* [Task]:
Between the line containing "f 156 73 72" and the line containing "f 186 178 175" lies a run of lines; give that run again exactly, with both of those lines, and nothing else from the entries below.

'''

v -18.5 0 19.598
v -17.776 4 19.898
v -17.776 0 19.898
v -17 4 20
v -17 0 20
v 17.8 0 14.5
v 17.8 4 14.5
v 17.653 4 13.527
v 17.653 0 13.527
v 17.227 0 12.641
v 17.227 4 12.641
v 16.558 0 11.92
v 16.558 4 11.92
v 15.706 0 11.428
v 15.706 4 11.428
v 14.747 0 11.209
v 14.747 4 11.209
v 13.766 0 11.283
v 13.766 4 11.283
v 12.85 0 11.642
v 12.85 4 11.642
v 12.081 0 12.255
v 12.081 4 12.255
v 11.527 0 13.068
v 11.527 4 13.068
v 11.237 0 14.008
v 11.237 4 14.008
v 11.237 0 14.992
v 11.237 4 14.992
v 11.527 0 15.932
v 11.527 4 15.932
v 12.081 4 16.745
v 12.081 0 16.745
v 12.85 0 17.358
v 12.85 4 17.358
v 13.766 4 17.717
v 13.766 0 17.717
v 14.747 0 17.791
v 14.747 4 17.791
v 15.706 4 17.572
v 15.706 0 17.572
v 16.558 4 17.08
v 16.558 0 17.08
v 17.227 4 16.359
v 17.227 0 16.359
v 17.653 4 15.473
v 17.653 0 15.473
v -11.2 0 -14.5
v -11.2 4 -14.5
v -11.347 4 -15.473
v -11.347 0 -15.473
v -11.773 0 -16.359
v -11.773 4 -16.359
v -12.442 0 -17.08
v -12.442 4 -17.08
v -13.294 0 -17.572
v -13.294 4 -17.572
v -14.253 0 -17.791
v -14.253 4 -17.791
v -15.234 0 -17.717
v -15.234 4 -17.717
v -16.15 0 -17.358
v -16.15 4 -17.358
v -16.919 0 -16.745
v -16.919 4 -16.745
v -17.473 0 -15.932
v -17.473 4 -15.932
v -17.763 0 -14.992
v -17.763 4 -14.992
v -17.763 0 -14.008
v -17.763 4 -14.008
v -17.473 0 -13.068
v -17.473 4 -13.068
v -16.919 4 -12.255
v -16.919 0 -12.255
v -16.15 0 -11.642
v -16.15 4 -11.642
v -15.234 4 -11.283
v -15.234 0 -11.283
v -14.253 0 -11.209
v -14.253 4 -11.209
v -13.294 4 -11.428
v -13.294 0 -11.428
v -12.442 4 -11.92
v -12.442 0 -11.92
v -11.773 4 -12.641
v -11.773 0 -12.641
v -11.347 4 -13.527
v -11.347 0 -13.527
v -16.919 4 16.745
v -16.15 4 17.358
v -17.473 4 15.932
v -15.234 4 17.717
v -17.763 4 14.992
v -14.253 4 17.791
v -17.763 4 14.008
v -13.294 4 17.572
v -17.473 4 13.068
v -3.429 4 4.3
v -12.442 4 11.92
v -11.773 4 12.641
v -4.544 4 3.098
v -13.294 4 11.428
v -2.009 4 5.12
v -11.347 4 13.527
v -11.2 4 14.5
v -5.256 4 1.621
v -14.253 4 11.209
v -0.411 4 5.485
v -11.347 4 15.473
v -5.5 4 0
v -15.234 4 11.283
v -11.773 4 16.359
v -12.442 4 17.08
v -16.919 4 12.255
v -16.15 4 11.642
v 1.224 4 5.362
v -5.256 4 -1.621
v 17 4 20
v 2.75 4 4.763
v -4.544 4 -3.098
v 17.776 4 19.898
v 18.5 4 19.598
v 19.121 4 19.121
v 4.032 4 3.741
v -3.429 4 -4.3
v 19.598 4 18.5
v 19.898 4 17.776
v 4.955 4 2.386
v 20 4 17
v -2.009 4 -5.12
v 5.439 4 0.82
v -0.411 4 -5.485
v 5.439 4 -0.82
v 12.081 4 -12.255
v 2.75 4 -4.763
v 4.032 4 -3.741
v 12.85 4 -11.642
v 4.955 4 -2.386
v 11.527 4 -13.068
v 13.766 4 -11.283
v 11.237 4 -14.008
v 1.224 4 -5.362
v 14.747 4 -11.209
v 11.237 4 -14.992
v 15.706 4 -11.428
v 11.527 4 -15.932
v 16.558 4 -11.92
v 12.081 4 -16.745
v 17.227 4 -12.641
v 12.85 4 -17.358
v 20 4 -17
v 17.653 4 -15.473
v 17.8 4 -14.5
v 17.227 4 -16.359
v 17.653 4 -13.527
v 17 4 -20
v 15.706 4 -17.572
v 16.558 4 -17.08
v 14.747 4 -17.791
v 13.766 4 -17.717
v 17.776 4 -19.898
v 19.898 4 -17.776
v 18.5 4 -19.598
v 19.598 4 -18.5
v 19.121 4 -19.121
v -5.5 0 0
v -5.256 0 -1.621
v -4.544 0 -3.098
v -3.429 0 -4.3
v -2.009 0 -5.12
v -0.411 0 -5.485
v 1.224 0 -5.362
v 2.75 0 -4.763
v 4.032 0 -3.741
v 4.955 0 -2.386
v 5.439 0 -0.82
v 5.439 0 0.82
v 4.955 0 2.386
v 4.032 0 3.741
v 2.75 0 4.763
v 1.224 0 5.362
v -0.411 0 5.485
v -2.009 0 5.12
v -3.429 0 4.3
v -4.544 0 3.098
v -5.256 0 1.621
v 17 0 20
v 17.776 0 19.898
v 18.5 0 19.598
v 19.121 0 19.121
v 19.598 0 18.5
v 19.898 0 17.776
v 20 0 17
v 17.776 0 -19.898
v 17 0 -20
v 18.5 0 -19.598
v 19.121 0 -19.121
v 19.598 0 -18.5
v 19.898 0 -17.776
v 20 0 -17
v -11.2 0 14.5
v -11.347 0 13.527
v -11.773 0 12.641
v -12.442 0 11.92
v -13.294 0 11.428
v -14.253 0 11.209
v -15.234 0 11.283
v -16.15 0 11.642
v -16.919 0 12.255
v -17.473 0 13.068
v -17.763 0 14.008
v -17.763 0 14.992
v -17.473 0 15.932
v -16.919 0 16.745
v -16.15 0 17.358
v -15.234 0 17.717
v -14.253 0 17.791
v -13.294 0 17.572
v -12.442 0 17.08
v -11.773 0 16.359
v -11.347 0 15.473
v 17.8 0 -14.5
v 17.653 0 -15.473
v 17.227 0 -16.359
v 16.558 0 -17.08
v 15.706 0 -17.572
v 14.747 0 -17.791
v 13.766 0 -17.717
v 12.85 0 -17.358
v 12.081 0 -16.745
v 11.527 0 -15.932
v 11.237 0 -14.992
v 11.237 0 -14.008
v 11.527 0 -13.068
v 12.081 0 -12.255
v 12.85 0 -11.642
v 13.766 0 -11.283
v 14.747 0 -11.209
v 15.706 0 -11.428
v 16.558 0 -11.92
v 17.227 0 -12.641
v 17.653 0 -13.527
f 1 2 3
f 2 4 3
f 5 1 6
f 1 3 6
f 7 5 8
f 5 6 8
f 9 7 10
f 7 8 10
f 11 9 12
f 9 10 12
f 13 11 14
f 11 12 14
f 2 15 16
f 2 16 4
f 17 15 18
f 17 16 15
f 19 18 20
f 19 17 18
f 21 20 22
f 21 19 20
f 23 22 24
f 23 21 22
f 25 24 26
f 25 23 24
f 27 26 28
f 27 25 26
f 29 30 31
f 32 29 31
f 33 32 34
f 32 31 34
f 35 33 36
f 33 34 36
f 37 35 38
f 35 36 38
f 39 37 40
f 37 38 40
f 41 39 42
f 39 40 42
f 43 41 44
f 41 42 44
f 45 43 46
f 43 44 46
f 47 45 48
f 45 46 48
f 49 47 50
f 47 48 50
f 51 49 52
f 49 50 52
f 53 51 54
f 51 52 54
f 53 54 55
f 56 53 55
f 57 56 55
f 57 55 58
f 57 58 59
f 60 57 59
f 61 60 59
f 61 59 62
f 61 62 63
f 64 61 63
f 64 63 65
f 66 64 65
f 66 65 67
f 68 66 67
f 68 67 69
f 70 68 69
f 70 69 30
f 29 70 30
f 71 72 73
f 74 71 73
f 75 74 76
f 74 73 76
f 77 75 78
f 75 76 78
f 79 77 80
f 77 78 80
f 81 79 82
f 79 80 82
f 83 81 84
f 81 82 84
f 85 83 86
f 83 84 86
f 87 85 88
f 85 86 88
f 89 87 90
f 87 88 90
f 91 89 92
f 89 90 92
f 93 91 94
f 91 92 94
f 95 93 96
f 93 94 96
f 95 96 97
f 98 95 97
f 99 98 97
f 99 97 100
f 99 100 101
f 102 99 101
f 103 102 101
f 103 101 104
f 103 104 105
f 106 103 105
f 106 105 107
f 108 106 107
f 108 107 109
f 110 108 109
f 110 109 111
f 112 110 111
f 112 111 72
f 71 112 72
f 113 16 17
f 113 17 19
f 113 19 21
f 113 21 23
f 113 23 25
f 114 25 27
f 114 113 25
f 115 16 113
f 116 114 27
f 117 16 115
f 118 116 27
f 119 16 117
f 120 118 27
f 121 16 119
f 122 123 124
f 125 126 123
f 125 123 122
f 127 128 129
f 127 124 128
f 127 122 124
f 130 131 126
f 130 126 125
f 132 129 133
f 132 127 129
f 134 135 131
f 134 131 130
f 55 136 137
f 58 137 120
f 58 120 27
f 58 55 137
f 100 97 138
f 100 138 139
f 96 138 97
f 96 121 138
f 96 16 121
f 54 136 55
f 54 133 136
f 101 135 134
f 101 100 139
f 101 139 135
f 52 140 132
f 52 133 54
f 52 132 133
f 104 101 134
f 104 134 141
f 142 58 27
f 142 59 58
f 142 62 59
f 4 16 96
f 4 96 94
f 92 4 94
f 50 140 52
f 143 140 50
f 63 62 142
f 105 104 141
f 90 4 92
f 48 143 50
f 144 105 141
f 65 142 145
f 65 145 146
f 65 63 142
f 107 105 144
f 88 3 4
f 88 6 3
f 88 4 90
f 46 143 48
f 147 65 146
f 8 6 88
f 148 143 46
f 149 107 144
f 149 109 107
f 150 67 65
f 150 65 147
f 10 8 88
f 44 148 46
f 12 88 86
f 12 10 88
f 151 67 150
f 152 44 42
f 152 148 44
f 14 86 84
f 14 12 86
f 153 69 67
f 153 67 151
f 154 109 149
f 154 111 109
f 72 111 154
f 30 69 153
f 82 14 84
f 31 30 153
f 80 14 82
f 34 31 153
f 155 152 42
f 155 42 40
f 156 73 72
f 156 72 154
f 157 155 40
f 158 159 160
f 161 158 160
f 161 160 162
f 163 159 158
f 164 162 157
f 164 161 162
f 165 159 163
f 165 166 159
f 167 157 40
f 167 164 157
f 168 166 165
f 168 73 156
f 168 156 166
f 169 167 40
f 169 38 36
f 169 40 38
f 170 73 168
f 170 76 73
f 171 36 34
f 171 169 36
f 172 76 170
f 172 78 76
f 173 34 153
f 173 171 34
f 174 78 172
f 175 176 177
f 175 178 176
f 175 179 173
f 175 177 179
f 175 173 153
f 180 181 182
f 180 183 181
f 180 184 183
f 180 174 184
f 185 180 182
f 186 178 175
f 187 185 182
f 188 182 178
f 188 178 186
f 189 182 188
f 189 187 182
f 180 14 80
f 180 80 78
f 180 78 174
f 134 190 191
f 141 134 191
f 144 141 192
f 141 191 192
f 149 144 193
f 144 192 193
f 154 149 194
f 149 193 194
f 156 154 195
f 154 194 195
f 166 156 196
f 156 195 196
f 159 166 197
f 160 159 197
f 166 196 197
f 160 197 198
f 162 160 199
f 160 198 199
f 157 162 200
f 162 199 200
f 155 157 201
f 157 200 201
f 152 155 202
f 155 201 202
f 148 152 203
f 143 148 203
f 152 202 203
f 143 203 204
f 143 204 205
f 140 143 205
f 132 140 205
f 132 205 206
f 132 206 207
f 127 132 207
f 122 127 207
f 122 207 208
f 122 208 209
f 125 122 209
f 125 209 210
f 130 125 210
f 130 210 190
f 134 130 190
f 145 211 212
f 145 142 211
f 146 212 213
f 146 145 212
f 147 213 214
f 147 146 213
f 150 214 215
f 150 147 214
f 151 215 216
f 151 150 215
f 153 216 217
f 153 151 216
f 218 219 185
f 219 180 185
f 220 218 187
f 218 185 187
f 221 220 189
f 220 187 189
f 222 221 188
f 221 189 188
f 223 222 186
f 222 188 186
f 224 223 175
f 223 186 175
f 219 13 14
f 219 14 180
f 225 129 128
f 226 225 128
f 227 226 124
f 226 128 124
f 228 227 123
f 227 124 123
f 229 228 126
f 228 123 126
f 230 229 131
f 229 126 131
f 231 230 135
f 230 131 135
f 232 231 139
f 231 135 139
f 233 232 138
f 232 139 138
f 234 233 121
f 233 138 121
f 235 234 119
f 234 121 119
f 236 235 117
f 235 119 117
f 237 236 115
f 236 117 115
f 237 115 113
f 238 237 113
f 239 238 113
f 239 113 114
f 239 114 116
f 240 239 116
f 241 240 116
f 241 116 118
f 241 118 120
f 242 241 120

'''

* [Result of this exercise]:
f 156 73 72
f 156 72 154
f 157 155 40
f 158 159 160
f 161 158 160
f 161 160 162
f 163 159 158
f 164 162 157
f 164 161 162
f 165 159 163
f 165 166 159
f 167 157 40
f 167 164 157
f 168 166 165
f 168 73 156
f 168 156 166
f 169 167 40
f 169 38 36
f 169 40 38
f 170 73 168
f 170 76 73
f 171 36 34
f 171 169 36
f 172 76 170
f 172 78 76
f 173 34 153
f 173 171 34
f 174 78 172
f 175 176 177
f 175 178 176
f 175 179 173
f 175 177 179
f 175 173 153
f 180 181 182
f 180 183 181
f 180 184 183
f 180 174 184
f 185 180 182
f 186 178 175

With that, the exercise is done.